The invention is based on a contact arrangement in HF circuits which mechanically results in a double seat, with both seats contact or stop have to give and for theoretical-mechanical reasons only one seat mechanically fixed can apply.

Such cases occur e.g. B. on when in the course of a pipeline Lock pot or similar transformation or switching means are provided at which for electrical reasons a narrow cylindrical slot in a pipe wall must be arranged, the mechanically by machining or not can only be produced with great difficulty. It is therefore necessary the one slot delimitation wall designed as a sleeve that with the pipe end section is screwed. The contact points of the assembled parts must be extraordinary be exactly defined, and for this reason a current transition via cl is the Unfavorable thread.

Such cases continue z. B. with insulating support arrangements with a sleeve screwed into the outer conductor on the front side of the insulating support presses on the seat and at the same time with the outer conductor in frontal contact connection stands. Here, too, there is the risk that, due to unavoidable tolerances either (if the insulating disk is too wide or the axial length of the insulating support seat is too short) the forehead contact pressure is imperfect due to the incompressibility of the disc or does not exist at all, on the other hand if the disk is too narrow or too deep seat the disc is not exactly fixed.

It is already a high frequency contact arrangement with a single one Tendon become known in which two contact surfaces are present, wherein one contact surface is elastic and the other is rigid. With this well-known High-frequency arrangement is a waveguide flange connection with a Double A / 4 choke with a certain angular adjustment between the axes of the further waveguide should be compensated. To despite a certain angular adjustment a full mutual concern of the outer mounting flanges across the board To ensure an annular surface, the fastening flange is via an elastic Bellows elastically supported against the radially inner flange of the waveguide. In this known high-frequency arrangement, the contact pressure must only be between the two outer ring flange contact surfaces, which are rigidly connected to one another are to be present. In the case of the inner face, which is designed to be elastic via the bellows Touching is not necessary due to the choke training, because the inner Flange does not need to be in electrical connection with the corresponding opposite one To stand face flange of the connecting waveguide. Such an elastic support A bellows could also be used to generate a reliable contact pressure are not used.

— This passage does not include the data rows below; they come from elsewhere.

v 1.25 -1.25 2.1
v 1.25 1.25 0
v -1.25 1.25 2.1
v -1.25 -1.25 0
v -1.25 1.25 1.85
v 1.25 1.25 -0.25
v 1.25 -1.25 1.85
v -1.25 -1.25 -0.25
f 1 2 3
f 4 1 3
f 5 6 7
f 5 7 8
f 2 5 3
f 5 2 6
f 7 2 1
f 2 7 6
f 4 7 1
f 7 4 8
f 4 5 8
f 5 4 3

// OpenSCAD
// file: lib/lodge_kit.scad
// Lodge shell tile kit — shared dimensions and modules.
//
// The game paints a lodge footprint in 5 m cells and resolves the
// exterior from these tiles at half-cell (2.5 m) resolution; see
// internal/world/lodge_shell.go. Every tile is authored in the same
// canonical frame:
//
//   * origin on the lodge floor plane (Z = 0);
//   * wall-type tiles sit on a footprint edge, centred on it, with the
//     OUTSIDE toward SCAD −Y (game +Z) and the wall thickness toward +Y;
//   * roof tiles are centred on a half-cell, with Z = 0 at the tile's
//     lowest corner; slopes fall toward −Y (game +Z);
//   * corner tiles sit on a grid vertex; an outer corner's building is
//     in the SCAD (−X, +Y) quadrant, an inner corner's notch in (+X, −Y).
//
// Colours are near-neutral: the renderer tints walls and roofs per lodge
// from a seeded palette (world.ShellPalette).
//
// Keep these in sync with the constants in lodge_shell.go.

tile   = 2.5;   // ShellTileSize
wall_h = 5.0;   // ShellWallHeight
rise   = 2.1;   // ShellRoofRise, per tile of run
pitch  = rise / tile;

wall_t   = 0.35;  // wall thickness
sink     = 1.5;   // walls run this far below the floor to hide pad grading
roof_t   = 0.25;  // roof slab thickness
overhang = 0.7;   // eaves overhang past the wall plane

c_wall   = [0.92, 0.90, 0.86];
c_stone  = [0.62, 0.61, 0.60];
c_trim   = [0.97, 0.97, 0.95];
c_glass  = [0.30, 0.42, 0.52];
c_door   = [0.36, 0.25, 0.18];
c_roof   = [0.97, 0.97, 0.97];
c_fascia = [0.55, 0.52, 0.50];

// Plain wall panel: timber above a stone plinth, a trim band under the
// eaves.
module wall_panel() {
    color(c_wall)
        translate([-tile/2, 0, -sink]) cube([tile, wall_t, wall_h + sink]);
    color(c_stone)
        translate([-tile/2, -0.06, -sink]) cube([tile, wall_t, sink + 0.7]);
    color(c_trim)
        translate([-tile/2, -0.04, wall_h - 0.3]) cube([tile, 0.1, 0.3]);
    battens();
}

// Horizontal board lines above the plinth.
module battens() {
    color(c_wall * 0.8)
        for (z = [1.3 : 0.6 : wall_h - 0.6])
            translate([-tile/2, -0.03, z]) cube([tile, 0.04, 0.06]);
}

// A framed pane on the outer face. x0/w along the wall, z0/h up it.
module pane(x0, w, z0, h) {
    color(c_trim)
        translate([x0 - 0.1, -0.05, z0 - 0.1]) cube([w + 0.2, 0.06, h + 0.2]);
    color(c_glass)
        translate([x0, -0.08, z0]) cube([w, 0.06, h]);
}

module wall_window() {
    wall_panel();
    pane(-0.7, 1.4, 1.4, 2.2);
    color(c_trim) translate([-0.02, -0.1, 1.4]) cube([0.04, 0.04, 2.2]); // mullion
}

// Tall window flanked by shutters.
module wall_window_alt() {
    wall_panel();
    pane(-0.5, 1.0, 1.2, 2.8);
    color(c_door) {
        translate([-1.0, -0.1, 1.2]) cube([0.4, 0.05, 2.8]);
        translate([ 0.6, -0.1, 1.2]) cube([0.4, 0.05, 2.8]);
    }
}

// Floor-to-eave glazing for food courts: a low stone sill, then glass in
// three lights.
module wall_glazed() {
    color(c_wall)
        translate([-tile/2, 0, -sink]) cube([tile, wall_t, wall_h + sink]);
    color(c_stone)
        translate([-tile/2, -0.06, -sink]) cube([tile, wall_t, sink + 0.35]);
    color(c_glass)
        translate([-tile/2, -0.09, 0.35]) cube([tile, 0.06, wall_h - 0.75]);
    color(c_trim) {
        for (x = [-tile/2, -tile/6, tile/6, tile/2 - 0.08])
            translate([x, -0.12, 0.35]) cube([0.08, 0.06, wall_h - 0.75]);
        translate([-tile/2, -0.12, wall_h - 0.45]) cube([tile, 0.07, 0.1]);
    }
}

// Glazed entry door under a small canopy, with a step.
module door() {
    color(c_wall)
        translate([-tile/2, 0, -sink]) cube([tile, wall_t, wall_h + sink]);
    color(c_stone)
        translate([-tile/2, -0.06, -sink]) cube([tile, wall_t, sink + 0.15]);
    battens();
    color(c_door)
        translate([-0.9, -0.1, 0]) cube([1.8, 0.1, 2.7]);
    color(c_glass) {
        translate([-0.75, -0.13, 0.9]) cube([0.65, 0.05, 1.6]);
        translate([ 0.10, -0.13, 0.9]) cube([0.65, 0.05, 1.6]);
    }
    color(c_trim)
        translate([-tile/2, -0.04, wall_h - 0.3]) cube([tile, 0.1, 0.3]);
    color(c_roof)   // canopy
        translate([-1.2, -1.3, 3.0])
            rotate([-12, 0, 0]) cube([2.4, 1.3, 0.12]);
    color(c_stone)  // step
        translate([-1.1, -0.9, -0.3]) cube([2.2, 0.9, 0.42]);
}

module corner_outer() {
    color(c_stone)
        translate([-0.3, -0.05, -sink]) cube([0.35, 0.35, wall_h + sink - 0.3]);
}

module corner_inner() {
    color(c_trim)
        translate([0, -0.12, 0]) cube([0.12, 0.12, wall_h - 0.3]);
}

// Roof slab over one half-cell. h lists corner heights (in rise units)
// in SCAD order (−X,+Y), (+X,+Y), (+X,−Y), (−X,−Y); split names which
// diagonal the top surface folds along: 0 through corners 0–2, 1
// through corners 1–3.
module roof_tile(h, split) {
    p = [[-tile/2, tile/2], [tile/2, tile/2], [tile/2, -tile/2], [-tile/2, -tile/2]];
    top = [for (i = [0:3]) [p[i][0], p[i][1], h[i] * rise]];
    bot = [for (i = [0:3]) [p[i][0], p[i][1], h[i] * rise - roof_t]];
    tris = split == 0 ? [[0, 1, 2], [0, 2, 3]] : [[0, 1, 3], [1, 2, 3]];
    color(c_roof)
        polyhedron(
            points = concat(top, bot),
            faces = concat(
                // top (clockwise seen from above = outward in OpenSCAD)
                [for (t = tris) [t[0], t[1], t[2]]],
                [for (t = tris) [t[2] + 4, t[1] + 4, t[0] + 4]],
                [for (i = [0:3]) [i, i + 4, (i + 1) % 4 + 4, (i + 1) % 4]]
            ));
}

// Eaves strip past a wall edge: continues the roof plane outward and
// down, finished with a fascia board.
module eave() {
    drop = overhang * pitch;
    color(c_roof)
        polyhedron(
            points = [
                [-tile/2, 0, 0], [tile/2, 0, 0], [tile/2, -overhang, -drop], [-tile/2, -overhang, -drop],
                [-tile/2, 0, -roof_t], [tile/2, 0, -roof_t], [tile/2, -overhang, -drop - roof_t], [-tile/2, -overhang, -drop - roof_t],
            ],
            faces = [[0, 1, 2, 3], [7, 6, 5, 4], [0, 4, 5, 1], [1, 5, 6, 2], [2, 6, 7, 3], [3, 7, 4, 0]]);
    color(c_fascia)
        translate([-tile/2, -overhang - 0.05, -drop - roof_t - 0.1]) cube([tile, 0.08, roof_t + 0.2]);
}

// Eaves in the square past an outer corner: a hip folding along the
// diagonal away from the building.
module eave_corner() {
    o = overhang;
    d = o * pitch;
    color(c_roof)
        polyhedron(
            points = [
                [0, 0, 0], [o, 0, -d], [o, -o, -d], [0, -o, -d],
                [0, 0, -roof_t], [o, 0, -d - roof_t], [o, -o, -d - roof_t], [0, -o, -d - roof_t],
            ],
            faces = [[0, 1, 2], [0, 2, 3], [6, 5, 4], [7, 6, 4], [0, 4, 5, 1], [1, 5, 6, 2], [2, 6, 7, 3], [3, 7, 4, 0]]);
    color(c_fascia) {
        translate([0, -o - 0.05, -d - roof_t - 0.1]) cube([o + 0.05, 0.08, roof_t + 0.2]);
        translate([o - 0.03, -o - 0.05, -d - roof_t - 0.1]) cube([0.08, o + 0.05, roof_t + 0.2]);
    }
}

module chimney() {
    color(c_stone)
        translate([-0.55, -0.55, -1.0]) cube([1.1, 1.1, rise + 3.0]);
    color(c_fascia)
        translate([-0.65, -0.65, rise + 1.8]) cube([1.3, 1.3, 0.2]);
}
// main file
// Lodge shell kit: saddle, ridged along the (−X, +Y)–(+X, −Y) diagonal. See lib/lodge_kit.scad.
include <lib/lodge_kit.scad>
roof_tile([1, 0, 1, 0], 0);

The invention is based on the problem of mechanically resulting To create double contact arrangements precisely defined contact or stop points, which are independent of tolerances and do not lie within a screw thread.

The invention is based on a high-frequency contact arrangement of described design and solves the problem in that the elastic System is formed by a ring-shaped collar that is within the elastic limit is claimed. This ring-shaped collar can yield elastically when it is screwed in, until the stop seat or the other end contact seat is reached, so that on both Make reliable contact is guaranteed.

With one in particular with locking pots for contactless rotary couplings occurring HF contact arrangement, which for electrical reasons at the connection point must have a narrow cylindrical slot, the inside and / or outside is limited by a sleeve screwed into a thread of the pipeline, can the problem posed can be achieved constructively in that the slot on one side limiting sleeve at the thread root with its front end ring surface an annular there is axial contact and that a deformable annular collar or annular flange at the bottom of the slot the sleeve or the pipe section a further axial ring contact with the step ring surface or the bottom of the slot or an outer flange of the sleeve in the deformed state forms, with the length between the front face of the ring before the deformation Flange and front end ring surface of the sleeve is shorter than the length between the base or the recess and the thread base.

The dimensions should be chosen so that the deformation of the flange ring when screwing in lies within Hooke's range, i. This means that only elastic deformation should take place, but no permanent deformation.

In an insulating support arrangement of the type mentioned, the task structurally either be solved in that the screw sleeve at its elastic Front end is equipped with an elastic collar, or in that the Collar from the part coming into frontal contact with the screw sleeve an undercut of the outer conductor is formed.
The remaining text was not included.